# Info about International Schools & relocation appreciated!



## MintJulep (Mar 30, 2011)

Hi farangs,

Here's the long & short of it..

I am currently working on my Bachelor's in Secondary Ed, major is History Ed and minor is English. I will be ready to start working in the 2014 school year.

My husband is British and we are living in Georgia, USA. He is a carpenter. Our son will be preschool age by the time we are able to move. I am American.

We've been to Thailand and loved it, and are inquiring about moving there on the basis of myself getting hired to teach, preferably at an International School.
I've lived in the UK for years, and he in the USA for years, so we are accustomed to living in different places. We now own our house outright in GA, USA and would rent it out whilst living in Thailand.

Now you know our background, my ?'s are as follows:

1. I've heard some International Schools only hire married teaching couples. Do you know which ones are more leniant about one teacher and two dependants?

2. Do you know how my husband and son could also get visas?

3. Although Thailand is our preference, we would be willing to move to Cambodia, Vietnam, Indonesia, Malayasia, Laos or Phillipines. Do you know if they are more leniant in granting visas? 

4. My husband is fine with not working whilst living there, but would like to either do part time chippy work or other occ., if possible. Do you know if he would be able to obtain a work permit in any of the said countries? He has vocational degree in carpentry. We would be prepared to depend solely upon my income, but we were just wondering...

Thank you for taking the time to answer my questions, it is most appreciated! :clap2:
(And please remember that old pearl of wisdom, "If you don't have anything nice to say, don't say anything at all!").


----------



## stuarttootell (Mar 23, 2011)

MintJulep.

You are going to find it a somewhat rocky road . Finding a decent paying position here at an international school is not as easy as one might think.

You would be well advised to seek out the I.S.A.T. site (International Schools Association of Thailand) informative and possibly helpful if you are seeking a teaching position.

Visa's for your husband and son shouldn't be too much of a problem. Your son would qualify as a student , however I wouldn't like to say how your husband would fare.

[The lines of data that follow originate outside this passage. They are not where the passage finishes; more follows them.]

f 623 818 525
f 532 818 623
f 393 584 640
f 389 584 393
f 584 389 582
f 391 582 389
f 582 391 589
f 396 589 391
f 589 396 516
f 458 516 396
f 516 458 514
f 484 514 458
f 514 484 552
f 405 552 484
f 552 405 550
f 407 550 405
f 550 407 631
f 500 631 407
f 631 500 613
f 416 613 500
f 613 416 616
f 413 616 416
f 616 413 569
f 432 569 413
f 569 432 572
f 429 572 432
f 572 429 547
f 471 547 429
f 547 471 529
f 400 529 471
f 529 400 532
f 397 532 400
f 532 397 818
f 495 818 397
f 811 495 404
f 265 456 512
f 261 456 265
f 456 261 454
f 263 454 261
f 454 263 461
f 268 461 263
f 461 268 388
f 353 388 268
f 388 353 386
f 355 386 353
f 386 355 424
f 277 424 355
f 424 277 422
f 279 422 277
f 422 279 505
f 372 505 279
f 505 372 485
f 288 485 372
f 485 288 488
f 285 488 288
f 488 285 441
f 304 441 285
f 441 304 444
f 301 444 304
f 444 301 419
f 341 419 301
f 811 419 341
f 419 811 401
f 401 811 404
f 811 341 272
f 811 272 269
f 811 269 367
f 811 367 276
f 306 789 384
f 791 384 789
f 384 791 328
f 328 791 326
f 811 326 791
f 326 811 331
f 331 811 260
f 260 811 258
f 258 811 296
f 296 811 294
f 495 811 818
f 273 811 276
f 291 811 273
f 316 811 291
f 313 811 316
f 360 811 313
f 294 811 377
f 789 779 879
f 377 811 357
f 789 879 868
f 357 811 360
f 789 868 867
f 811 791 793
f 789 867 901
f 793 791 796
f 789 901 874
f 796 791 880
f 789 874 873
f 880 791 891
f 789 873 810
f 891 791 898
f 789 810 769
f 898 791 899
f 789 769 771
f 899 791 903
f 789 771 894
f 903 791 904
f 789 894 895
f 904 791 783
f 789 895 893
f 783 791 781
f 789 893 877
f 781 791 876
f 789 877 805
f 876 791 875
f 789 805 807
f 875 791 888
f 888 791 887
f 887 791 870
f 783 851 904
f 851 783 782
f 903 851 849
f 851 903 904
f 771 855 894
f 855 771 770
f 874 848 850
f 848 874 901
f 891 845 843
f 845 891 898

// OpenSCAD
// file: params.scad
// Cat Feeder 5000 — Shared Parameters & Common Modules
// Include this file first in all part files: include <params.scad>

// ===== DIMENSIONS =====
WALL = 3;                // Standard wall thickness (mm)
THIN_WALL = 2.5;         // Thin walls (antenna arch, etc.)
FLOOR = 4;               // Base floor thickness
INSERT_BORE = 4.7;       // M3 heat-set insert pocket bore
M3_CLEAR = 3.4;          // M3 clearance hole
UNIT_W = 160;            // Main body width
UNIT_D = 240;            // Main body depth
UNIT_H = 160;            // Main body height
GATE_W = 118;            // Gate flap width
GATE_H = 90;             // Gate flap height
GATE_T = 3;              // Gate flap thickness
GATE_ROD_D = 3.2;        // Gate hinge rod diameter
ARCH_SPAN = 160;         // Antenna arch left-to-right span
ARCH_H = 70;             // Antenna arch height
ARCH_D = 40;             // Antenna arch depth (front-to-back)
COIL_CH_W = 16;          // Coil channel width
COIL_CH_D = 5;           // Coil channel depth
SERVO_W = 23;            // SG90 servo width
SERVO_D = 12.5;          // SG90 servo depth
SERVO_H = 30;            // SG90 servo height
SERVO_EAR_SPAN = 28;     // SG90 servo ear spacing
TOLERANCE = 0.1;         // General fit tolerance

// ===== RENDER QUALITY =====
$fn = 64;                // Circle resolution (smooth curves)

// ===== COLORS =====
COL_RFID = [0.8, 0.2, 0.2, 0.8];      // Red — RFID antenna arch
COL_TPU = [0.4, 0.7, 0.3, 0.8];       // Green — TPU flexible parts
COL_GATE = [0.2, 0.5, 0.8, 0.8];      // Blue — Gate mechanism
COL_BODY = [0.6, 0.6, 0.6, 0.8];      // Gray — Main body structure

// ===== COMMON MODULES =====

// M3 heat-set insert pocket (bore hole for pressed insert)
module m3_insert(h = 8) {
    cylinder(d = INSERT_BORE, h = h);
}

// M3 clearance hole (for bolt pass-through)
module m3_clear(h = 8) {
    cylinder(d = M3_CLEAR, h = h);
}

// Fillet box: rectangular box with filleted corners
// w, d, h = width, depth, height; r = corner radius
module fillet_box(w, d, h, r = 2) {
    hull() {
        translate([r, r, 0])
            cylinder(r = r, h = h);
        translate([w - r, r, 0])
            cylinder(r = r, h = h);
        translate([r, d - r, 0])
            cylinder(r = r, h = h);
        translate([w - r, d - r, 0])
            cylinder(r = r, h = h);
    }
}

Part time chippy work at the Thai rate of pay of around 300 baht for a 10hour day ? More hope of selling pork pies in a synagogue than you husband working in his field, it is a protected occupation under Thai law reserved for Thais', possibly some work in a language school at around 30,000 baht a month is about it.

I am sure you loved here, however I and I am sure others too will tell you the rat race is as bad here as it is in your home country, language problems, social life weather all somewhat different when you're actually working and living here.

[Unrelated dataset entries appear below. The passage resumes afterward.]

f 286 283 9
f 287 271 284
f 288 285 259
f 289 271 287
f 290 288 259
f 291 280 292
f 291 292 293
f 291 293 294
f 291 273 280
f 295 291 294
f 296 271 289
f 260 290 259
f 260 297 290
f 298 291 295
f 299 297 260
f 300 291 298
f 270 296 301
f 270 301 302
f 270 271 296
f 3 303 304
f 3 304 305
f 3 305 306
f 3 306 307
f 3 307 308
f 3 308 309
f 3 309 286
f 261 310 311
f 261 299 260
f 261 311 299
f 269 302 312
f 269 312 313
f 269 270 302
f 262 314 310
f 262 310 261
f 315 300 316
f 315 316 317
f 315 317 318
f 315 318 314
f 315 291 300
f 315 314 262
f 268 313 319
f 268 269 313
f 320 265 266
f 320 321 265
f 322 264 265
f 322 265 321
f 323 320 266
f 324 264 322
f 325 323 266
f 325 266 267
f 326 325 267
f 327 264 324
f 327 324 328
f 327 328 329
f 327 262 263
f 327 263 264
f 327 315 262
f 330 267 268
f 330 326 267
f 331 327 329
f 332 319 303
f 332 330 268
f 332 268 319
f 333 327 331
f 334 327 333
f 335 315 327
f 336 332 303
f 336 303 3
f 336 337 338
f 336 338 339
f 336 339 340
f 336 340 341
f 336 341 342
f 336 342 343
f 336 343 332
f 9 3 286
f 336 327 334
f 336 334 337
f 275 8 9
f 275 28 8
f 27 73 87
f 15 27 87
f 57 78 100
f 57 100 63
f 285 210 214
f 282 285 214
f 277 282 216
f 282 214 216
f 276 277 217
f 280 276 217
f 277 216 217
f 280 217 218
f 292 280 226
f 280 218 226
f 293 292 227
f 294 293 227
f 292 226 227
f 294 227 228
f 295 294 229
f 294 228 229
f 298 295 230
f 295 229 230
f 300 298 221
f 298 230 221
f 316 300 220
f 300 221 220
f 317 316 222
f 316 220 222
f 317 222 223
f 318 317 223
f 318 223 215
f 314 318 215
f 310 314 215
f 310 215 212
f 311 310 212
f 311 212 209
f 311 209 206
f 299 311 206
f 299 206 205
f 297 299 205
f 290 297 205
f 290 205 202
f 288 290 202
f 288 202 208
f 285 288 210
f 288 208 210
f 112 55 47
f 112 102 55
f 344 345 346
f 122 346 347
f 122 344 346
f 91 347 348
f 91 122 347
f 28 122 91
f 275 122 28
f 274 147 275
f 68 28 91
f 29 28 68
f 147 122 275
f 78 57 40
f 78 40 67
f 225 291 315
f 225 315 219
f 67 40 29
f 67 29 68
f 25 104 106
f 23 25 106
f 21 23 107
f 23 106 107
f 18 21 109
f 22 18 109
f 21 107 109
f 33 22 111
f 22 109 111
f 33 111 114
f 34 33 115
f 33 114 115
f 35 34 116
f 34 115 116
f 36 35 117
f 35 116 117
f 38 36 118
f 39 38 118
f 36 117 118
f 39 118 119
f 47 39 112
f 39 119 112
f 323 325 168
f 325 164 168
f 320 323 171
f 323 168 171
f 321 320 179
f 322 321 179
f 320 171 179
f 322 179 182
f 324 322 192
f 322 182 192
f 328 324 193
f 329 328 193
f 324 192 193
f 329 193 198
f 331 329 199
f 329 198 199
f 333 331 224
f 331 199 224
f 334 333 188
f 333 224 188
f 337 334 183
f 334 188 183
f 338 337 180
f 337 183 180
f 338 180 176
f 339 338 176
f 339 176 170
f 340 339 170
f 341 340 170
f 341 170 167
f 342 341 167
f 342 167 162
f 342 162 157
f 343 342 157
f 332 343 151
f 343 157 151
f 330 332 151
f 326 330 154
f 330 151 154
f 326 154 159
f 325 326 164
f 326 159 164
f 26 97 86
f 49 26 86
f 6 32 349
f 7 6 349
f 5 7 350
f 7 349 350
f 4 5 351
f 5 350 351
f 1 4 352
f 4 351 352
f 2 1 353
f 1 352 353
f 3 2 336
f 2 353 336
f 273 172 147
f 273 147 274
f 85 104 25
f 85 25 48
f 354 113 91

Salary levels in the top echelon of international schools along with benefits are indeed world class. However due to your lack of experience I feel that you will be offered a middle level school employment contract at around 80,000 baht a month ( around 2000U.S.dollars ). Not a liveable income I assure you for the situation you describe

I saw a situation some three years back which is a mirror of your own, sad to say, '' the whole thing ended in a ruined marriage and a financial disaster.'' Hubby had time on his hands,. Boring,wanders out for walks, eye candy delightful, ends up tasting it result, a recipe for disaster.

Living the dream became a nightmare for the wife and the son.Believe you me the scenario is not just limited to the situation that you are contemplating, it is all too easy to go astray hers if one has time on ones hands.

Negative yes. Been here twenty years seen it all happen, nothing nice to say , well as maybe, but it is reality and reality bites and when reality bites it hurts..

Stick to the holiday scenario and that applies to all the places you have mentioned. prophet of doom I am but I and others like me are your safety net.


----------



## MintJulep (Mar 30, 2011)

Yikes. Thanks for the advice, but your take on it sounds a bit ''gloom and doom''. 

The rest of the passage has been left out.